EXERCISE AIM:
Work through the records below and tally every line containing "None". Reply with the total alone.

Start of EXERCISE MATERIALS

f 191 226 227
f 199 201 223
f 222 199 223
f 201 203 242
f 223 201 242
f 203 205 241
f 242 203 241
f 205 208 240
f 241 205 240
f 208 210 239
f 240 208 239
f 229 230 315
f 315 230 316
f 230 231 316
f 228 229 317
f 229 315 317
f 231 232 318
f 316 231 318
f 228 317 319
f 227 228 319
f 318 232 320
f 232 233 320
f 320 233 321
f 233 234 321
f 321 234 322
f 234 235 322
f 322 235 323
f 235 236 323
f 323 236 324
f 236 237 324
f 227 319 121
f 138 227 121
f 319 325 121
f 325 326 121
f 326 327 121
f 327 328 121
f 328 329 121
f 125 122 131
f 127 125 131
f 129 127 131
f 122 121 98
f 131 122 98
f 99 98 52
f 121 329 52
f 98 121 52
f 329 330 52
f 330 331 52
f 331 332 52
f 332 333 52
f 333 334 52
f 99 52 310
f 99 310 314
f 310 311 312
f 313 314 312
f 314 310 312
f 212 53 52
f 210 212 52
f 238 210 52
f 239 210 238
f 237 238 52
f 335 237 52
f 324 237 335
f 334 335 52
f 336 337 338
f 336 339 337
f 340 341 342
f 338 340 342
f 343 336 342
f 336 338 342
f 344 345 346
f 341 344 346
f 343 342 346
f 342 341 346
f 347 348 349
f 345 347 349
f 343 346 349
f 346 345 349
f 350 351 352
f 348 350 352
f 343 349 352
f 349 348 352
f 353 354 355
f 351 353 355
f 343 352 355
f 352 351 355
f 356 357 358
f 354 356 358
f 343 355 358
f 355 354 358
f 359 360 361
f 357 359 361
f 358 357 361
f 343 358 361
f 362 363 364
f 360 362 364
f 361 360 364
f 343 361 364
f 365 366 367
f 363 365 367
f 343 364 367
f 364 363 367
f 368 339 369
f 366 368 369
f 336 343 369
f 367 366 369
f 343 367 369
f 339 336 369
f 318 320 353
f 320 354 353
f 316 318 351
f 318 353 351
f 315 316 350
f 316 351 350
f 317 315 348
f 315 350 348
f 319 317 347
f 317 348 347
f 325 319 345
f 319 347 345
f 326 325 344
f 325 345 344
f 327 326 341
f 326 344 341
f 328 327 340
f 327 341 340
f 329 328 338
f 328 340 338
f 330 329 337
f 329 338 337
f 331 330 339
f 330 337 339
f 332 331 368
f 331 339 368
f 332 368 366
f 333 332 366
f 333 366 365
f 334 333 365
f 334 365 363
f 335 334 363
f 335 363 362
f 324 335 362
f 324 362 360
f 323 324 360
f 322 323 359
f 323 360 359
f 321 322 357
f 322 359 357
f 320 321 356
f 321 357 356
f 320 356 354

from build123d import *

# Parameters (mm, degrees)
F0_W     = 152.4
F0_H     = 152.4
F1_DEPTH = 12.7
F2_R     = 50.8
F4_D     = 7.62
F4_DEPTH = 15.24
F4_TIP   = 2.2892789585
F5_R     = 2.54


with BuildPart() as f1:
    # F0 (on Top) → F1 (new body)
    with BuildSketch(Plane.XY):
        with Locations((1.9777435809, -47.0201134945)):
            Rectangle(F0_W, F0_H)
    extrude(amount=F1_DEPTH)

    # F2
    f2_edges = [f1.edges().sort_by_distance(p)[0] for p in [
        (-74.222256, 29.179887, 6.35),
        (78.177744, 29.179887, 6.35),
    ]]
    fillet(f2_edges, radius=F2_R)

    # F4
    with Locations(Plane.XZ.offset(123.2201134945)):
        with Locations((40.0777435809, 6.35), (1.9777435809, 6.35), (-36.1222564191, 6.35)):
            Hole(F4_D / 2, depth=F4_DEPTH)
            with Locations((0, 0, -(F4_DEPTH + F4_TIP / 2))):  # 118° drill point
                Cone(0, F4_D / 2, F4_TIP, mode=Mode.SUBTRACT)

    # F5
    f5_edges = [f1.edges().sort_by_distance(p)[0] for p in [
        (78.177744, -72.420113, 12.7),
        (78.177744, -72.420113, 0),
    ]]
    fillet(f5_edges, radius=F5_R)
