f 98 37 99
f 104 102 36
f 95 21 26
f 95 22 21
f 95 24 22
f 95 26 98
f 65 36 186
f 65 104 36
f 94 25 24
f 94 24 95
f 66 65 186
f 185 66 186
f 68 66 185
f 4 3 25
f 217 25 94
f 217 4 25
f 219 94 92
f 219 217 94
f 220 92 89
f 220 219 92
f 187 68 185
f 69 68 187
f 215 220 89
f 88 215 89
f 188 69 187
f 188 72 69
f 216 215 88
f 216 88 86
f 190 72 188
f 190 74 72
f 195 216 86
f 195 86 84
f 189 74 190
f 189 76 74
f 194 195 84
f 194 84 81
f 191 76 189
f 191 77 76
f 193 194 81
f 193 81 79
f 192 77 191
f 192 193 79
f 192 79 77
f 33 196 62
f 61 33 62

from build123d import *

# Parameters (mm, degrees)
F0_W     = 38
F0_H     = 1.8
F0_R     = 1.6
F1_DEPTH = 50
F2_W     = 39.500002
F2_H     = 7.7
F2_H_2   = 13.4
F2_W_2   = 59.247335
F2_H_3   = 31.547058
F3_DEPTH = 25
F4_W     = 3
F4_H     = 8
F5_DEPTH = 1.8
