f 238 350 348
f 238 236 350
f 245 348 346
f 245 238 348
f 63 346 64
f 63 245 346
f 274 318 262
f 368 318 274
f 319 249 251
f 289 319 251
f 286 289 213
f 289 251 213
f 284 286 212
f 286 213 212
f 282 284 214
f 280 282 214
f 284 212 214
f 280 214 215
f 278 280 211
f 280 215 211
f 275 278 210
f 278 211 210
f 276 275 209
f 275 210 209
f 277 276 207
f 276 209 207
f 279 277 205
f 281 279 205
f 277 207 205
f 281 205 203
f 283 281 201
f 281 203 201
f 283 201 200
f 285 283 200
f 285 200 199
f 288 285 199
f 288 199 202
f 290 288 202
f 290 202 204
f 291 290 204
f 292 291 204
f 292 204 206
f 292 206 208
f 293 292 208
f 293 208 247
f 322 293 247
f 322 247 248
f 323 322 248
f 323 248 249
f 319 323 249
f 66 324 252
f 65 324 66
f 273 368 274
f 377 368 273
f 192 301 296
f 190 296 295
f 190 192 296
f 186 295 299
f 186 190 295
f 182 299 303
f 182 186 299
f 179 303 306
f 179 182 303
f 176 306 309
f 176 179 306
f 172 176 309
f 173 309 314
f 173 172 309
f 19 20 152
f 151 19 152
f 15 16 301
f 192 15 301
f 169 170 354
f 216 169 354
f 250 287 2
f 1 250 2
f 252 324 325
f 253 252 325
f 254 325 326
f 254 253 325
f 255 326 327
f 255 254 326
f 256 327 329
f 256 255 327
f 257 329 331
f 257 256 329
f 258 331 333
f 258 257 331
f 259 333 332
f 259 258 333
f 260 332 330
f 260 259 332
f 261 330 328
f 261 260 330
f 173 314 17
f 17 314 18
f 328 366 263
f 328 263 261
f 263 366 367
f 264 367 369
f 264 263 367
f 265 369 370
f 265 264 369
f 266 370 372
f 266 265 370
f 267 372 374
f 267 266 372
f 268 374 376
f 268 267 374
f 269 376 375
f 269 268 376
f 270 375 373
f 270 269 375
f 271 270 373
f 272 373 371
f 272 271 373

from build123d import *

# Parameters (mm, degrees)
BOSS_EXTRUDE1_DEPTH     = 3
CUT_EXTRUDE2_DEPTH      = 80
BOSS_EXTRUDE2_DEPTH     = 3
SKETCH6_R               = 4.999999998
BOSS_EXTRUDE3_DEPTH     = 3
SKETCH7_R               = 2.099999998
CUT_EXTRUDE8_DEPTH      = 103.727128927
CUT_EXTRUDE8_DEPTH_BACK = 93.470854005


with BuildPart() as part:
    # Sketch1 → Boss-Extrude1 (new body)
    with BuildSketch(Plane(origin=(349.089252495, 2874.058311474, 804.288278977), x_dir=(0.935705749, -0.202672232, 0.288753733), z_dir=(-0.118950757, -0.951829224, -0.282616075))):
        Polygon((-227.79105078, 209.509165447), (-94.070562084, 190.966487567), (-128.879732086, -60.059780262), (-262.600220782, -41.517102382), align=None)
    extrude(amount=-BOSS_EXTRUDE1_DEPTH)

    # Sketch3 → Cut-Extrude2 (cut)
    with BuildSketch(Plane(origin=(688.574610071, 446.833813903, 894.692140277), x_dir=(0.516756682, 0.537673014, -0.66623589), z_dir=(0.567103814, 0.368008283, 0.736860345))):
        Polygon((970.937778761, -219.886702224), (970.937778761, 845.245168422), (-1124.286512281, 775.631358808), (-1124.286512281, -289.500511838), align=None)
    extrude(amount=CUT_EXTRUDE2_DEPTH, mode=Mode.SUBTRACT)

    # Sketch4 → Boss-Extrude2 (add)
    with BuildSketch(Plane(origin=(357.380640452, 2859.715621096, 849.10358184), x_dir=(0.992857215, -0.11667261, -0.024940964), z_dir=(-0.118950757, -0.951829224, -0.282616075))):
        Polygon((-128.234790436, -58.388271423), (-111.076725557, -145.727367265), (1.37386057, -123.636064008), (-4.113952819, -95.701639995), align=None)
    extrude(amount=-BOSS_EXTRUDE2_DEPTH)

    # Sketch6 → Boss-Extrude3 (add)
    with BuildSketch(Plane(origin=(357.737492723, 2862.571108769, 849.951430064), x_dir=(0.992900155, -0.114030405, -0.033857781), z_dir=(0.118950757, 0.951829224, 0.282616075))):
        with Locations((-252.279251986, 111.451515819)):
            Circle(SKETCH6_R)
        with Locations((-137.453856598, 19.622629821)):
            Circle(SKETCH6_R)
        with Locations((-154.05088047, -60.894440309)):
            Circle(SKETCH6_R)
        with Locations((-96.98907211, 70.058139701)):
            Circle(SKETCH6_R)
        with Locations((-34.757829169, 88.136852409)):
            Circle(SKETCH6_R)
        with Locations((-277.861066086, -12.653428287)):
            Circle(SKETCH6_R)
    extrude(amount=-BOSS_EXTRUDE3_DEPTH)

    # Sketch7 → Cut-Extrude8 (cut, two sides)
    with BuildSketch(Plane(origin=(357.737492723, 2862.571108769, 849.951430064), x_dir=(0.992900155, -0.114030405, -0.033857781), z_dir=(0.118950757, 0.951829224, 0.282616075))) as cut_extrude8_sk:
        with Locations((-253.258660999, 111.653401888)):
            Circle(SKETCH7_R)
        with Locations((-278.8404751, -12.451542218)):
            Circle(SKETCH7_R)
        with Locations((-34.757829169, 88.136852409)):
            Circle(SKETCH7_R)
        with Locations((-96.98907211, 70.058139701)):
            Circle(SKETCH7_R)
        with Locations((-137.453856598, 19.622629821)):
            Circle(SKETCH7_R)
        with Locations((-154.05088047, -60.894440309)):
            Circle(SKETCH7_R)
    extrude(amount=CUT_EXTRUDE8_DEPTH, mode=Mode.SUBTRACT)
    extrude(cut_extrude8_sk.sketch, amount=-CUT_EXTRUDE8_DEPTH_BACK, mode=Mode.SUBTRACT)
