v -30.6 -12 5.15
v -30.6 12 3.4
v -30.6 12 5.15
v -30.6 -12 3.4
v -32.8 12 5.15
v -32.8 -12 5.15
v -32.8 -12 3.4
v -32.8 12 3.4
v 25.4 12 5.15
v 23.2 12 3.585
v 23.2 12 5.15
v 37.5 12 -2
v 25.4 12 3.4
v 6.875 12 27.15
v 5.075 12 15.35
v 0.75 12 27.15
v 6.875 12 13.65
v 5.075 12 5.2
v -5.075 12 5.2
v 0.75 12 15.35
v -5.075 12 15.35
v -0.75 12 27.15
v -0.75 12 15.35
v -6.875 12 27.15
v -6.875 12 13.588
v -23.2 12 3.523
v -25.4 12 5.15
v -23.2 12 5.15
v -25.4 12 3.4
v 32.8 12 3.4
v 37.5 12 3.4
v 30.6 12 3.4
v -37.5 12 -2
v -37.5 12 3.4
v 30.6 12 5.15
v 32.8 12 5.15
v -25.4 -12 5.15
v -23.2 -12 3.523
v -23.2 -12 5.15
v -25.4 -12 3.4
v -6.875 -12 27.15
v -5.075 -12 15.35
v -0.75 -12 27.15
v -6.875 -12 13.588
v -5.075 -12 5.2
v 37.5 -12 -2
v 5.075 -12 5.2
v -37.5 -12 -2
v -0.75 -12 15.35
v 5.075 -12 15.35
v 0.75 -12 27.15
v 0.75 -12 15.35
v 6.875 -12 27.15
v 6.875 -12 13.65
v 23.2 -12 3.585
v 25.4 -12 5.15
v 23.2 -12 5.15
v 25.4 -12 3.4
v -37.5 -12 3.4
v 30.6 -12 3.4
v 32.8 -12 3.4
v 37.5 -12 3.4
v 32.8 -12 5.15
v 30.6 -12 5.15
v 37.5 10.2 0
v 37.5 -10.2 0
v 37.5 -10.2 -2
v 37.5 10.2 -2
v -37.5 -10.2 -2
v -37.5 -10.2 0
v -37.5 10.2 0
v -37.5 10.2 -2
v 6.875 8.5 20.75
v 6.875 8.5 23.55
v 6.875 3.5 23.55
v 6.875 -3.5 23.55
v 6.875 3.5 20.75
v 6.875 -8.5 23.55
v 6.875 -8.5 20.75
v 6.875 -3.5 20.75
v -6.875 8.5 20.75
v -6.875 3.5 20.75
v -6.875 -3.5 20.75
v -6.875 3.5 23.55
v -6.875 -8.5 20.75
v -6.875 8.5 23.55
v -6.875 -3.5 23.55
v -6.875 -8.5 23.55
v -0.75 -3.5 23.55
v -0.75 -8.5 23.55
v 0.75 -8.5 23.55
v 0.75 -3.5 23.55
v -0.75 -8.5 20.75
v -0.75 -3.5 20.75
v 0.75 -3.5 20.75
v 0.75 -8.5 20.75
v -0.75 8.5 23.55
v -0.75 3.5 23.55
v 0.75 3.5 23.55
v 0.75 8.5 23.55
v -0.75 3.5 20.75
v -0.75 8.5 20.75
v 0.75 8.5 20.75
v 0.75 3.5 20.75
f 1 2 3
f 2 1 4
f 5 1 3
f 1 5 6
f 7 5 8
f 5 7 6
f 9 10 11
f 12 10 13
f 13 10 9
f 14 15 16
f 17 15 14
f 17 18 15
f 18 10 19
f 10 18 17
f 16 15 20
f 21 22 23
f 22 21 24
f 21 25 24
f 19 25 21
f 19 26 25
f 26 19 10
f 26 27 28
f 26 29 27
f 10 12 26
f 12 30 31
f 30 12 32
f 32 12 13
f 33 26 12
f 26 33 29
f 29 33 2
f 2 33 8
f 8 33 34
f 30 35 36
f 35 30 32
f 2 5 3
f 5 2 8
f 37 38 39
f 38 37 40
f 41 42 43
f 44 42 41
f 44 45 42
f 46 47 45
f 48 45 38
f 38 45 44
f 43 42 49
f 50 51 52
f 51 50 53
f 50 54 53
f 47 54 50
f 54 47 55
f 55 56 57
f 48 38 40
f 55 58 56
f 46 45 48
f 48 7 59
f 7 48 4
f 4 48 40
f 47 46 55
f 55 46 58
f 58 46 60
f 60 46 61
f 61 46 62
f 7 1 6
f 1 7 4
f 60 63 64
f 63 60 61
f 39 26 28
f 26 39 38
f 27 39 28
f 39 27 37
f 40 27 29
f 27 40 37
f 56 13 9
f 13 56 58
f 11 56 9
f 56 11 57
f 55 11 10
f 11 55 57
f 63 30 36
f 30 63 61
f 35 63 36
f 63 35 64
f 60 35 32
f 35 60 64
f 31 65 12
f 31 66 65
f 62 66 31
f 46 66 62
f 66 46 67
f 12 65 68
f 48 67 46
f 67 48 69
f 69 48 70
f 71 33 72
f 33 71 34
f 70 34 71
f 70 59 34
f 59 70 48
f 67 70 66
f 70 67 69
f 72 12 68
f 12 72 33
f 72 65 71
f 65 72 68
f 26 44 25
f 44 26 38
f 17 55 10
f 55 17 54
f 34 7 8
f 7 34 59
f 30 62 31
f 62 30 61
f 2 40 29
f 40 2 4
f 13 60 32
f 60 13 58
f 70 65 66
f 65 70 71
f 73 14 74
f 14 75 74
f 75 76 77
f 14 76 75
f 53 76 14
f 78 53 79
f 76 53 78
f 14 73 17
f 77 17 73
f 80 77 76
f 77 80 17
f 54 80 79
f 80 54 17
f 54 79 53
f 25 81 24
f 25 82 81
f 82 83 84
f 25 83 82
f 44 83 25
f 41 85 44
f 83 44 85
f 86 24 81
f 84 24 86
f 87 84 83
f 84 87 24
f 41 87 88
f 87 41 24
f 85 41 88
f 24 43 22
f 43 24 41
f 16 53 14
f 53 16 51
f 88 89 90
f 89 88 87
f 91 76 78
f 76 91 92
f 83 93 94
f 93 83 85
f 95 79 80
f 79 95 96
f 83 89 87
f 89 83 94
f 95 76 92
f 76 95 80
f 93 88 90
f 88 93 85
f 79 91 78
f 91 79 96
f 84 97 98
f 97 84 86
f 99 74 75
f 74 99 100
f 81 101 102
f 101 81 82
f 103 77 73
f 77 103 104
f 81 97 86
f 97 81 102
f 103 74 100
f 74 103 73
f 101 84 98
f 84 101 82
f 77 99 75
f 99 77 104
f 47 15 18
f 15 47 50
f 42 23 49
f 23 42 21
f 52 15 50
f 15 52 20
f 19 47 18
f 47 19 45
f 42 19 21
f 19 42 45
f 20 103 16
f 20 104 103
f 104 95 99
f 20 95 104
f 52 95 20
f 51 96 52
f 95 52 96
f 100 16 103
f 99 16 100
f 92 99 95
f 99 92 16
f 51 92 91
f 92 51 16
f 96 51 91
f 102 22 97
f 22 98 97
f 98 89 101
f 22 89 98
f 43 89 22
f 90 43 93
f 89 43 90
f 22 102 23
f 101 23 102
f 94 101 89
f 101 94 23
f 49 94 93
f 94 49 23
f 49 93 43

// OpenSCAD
// ===================================================================
// Project: OpenStickFPV
// Component: Standalone Landing Gear Mount (20mm Clear Pocket + Wall Offset)
// - Sized gear_plate_y dynamically so the inner pocket between the front
//   and rear retaining walls fits a 20.0mm landing gear + tolerance:
//     * gear_pocket_y = 20.0 + 0.4 (tolerance) = 20.4mm
//     * gear_plate_y  = 20.4 + 2 * 1.8 (walls) = 24.0mm (Y = +/- 12.0mm)
// - Matched mount_length = gear_plate_y (24.0mm) so front/rear faces
//   remain 100% coplanar for support-free sideways 3D printing
// - Dual upper spar clamp zip-tie slots automatically scale to
//   +/- 6.0mm (halfway from center to the +/- 12.0mm edges)
// - Compact 75.0mm lateral gear plate with outboard zip-tie channel
//   guides at X = +/- 28.0mm and continuous 1.0mm downward retaining lips
// ===================================================================

$fn = 50;

// --- Landing Gear Pocket & Wall Spec (20mm Gear + Walls + Tolerance) ---
gear_strut_y         = 20.0;   // Actual landing gear width along Y-axis
gear_pocket_tol      = 0.4;    // Fit clearance (+0.2mm per side)
gear_wall_thick      = 1.8;    // Front/rear retaining wall thickness
gear_wall_height     = 2.0;    // Low-profile 1.0mm downward lip below plate

// Derived total Y-width: 20.0 + 0.4 + 2*(1.8) = 24.0mm
gear_plate_y         = gear_strut_y + gear_pocket_tol + 2 * gear_wall_thick;

// --- Fuselage Spar Spec (10x10mm Square) ---
spar_width           = 10.15;  // 10x10mm spar (+0.15mm printer tolerance)
spar_height          = 10.15;  // 10x10mm spar height
sleeve_wall          = 1.8;    // Structural collar wall thickness
mount_length         = gear_plate_y; // 24.0mm (coplanar with gear plate Y = +/- 12.0mm)

// --- Top Zip-Tie Clamping System (Halfway from Center to Side Edges) ---
clamp_rise           = 10.0;   // Extension above the collar top for zip-tie slots
ziptie_slot_w        = 5.0;    // Slot width along fuselage (fits up to 4.8mm ties)
ziptie_slot_h        = 2.8;    // Slot vertical clearance (Z-axis)
pinch_slit_w         = 1.5;    // Top longitudinal compression slit

// Halfway between center (0) and side edges (+/- mount_length/2 = +/- 12.0mm)
ziptie_y_positions   = [
    -mount_length / 4,  // -6.0mm
     mount_length / 4   // +6.0mm
];

// --- Bottom Landing Gear Plate Spec ---
gear_plate_x         = 75.0;   // 75.0mm span (outer edges at X = +/- 37.5mm)
gear_plate_thick     = 3.4;    // Full unbroken thickness across entire plate

// --- Raised Zip-Tie Channel Guides (Seated Flat on Plate Deck) ---
gear_tie_width       = 5.2;    // Channel clearance width (fits up to 4.8mm ties)
guide_rib_height     = 1.8;    // Height of raised guide walls above plate
guide_rib_thick      = 2.2;    // Thickness of each raised guide wall along X-axis
gear_tie_edge_margin = 4.7;    // Margin from plate outer edge to outer rib edge
gear_tie_offset_x    = gear_plate_x/2 - gear_tie_edge_margin - guide_rib_thick - gear_tie_width/2; // +/- 28.0mm
gear_tie_x_offsets   = [-gear_tie_offset_x, gear_tie_offset_x];

// --- Gusset Termination Spec ---
gusset_top_offset    = 3.5;    // Terminates below collar top so clamping leaves stay flexible

// Derived Dimensions
collar_w          = spar_width + 2 * sleeve_wall;   // ~13.75mm
collar_h          = spar_height + 2 * sleeve_wall;  // ~13.75mm

gear_bottom_z     = 0;
gear_top_z        = gear_bottom_z + gear_plate_thick;

spar_collar_bot_z = gear_top_z;
spar_collar_top_z = spar_collar_bot_z + collar_h;

clamp_top_z       = spar_collar_top_z + clamp_rise;
ziptie_z          = spar_collar_top_z + clamp_rise / 2;
gusset_end_z      = spar_collar_top_z - gusset_top_offset;

// Inner edge of the inboard raised zip-tie guide rib (~23.2mm)
inner_guide_x     = gear_tie_offset_x - gear_tie_width/2 - guide_rib_thick;

module standalone_landing_gear_mount_v17() {
    difference() {
        // -------------------------------------------------------------
        // 1. ADDITIVE SHAPES
        // -------------------------------------------------------------
        union() {
            // A. Full-Thickness Widened Landing Gear Plate (75mm x 24.0mm x 3.4mm)
            translate([-gear_plate_x/2, -gear_plate_y/2, gear_bottom_z])
                cube([gear_plate_x, gear_plate_y, gear_plate_thick]);

            // B. Raised Zip-Tie Guide Ribs (Seated Flat on Top Face at X = +/- 28.0mm)
            for (gx = gear_tie_x_offsets) {
                for (side = [-1, 1]) {
                    translate([
                        gx + side * (gear_tie_width/2 + guide_rib_thick/2),
                        0,
                        gear_top_z + guide_rib_height/2 - 0.1
                    ])
                        cube([guide_rib_thick, gear_plate_y, guide_rib_height + 0.1], center = true);
                }
            }

            // C. Continuous Front (+Y) & Rear (-Y) Downward Retaining Walls (1.0mm)
            // Leaves a 20.4mm inner pocket (20.0mm gear + 0.4mm fit tolerance)
            for (sy = [-1, 1]) {
                translate([
                    -gear_plate_x/2,
                    sy > 0 ? (gear_plate_y/2 - gear_wall_thick) : (-gear_plate_y/2),
                    gear_bottom_z - gear_wall_height
                ])
                    cube([gear_plate_x, gear_wall_thick, gear_wall_height + 0.1]);
            }

            // D. Central 10x10mm Spar Sleeve Core (24.0mm Length, Flush with Plate)
            translate([-collar_w/2, -mount_length/2, spar_collar_bot_z])
                cube([collar_w, mount_length, collar_h]);

            // E. Extended Top Zip-Tie Clamp Body (10mm rise, flush collar width)
            translate([-collar_w/2, -mount_length/2, spar_collar_top_z - 0.1])
                cube([collar_w, mount_length, clamp_rise + 0.1]);

            // F. Diagonal Gussets Flush with Front/Rear Faces (Y = +/- 12.0mm)
            for (sx = [-1, 1]) {
                hull() {
                    // Inner root: lands on collar side wall & ends (Y = +/- 12.0mm)
                    translate([sx * (collar_w/2 - 0.1), -mount_length/2, spar_collar_bot_z])
                        cube([0.1, mount_length, gusset_end_z - spar_collar_bot_z]);

                    // Outboard foot: ties straight into the inner zip-tie guide rib (~23.2mm)
                    // while staying flush with the front/rear faces (Y = +/- 12.0mm)
                    translate([sx * (inner_guide_x + 0.2), -mount_length/2, gear_top_z - 0.1])
                        cube([0.1, mount_length, 0.1]);
                }
            }
        }

        // -------------------------------------------------------------
        // 2. 10x10mm CARBON SPAR CAVITY
        // -------------------------------------------------------------
        translate([-spar_width/2, -mount_length/2 - 1, spar_collar_bot_z + sleeve_wall])
            cube([spar_width, mount_length + 2, spar_height]);

        // -------------------------------------------------------------
        // 3. DUAL TOP LATERAL ZIP-TIE SLOTS (Halfway from Center to Edges)
        // -------------------------------------------------------------
        for (zy = ziptie_y_positions) {
            for (sx = [-1, 1]) {
                translate([sx * collar_w/4, zy, ziptie_z])
                    cube([collar_w/2 + 2, ziptie_slot_w, ziptie_slot_h], center = true);
            }
        }

        // -------------------------------------------------------------
        // 4. TOP LONGITUDINAL COMPRESSION SLIT
        // -------------------------------------------------------------
        translate([-pinch_slit_w/2, -mount_length/2 - 1, spar_collar_top_z - sleeve_wall - 0.2])
            cube([pinch_slit_w, mount_length + 2, clamp_rise + sleeve_wall + 1.2]);
    }
}

standalone_landing_gear_mount_v17();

End of EXERCISE MATERIALS

EXERCISE RESULT:
3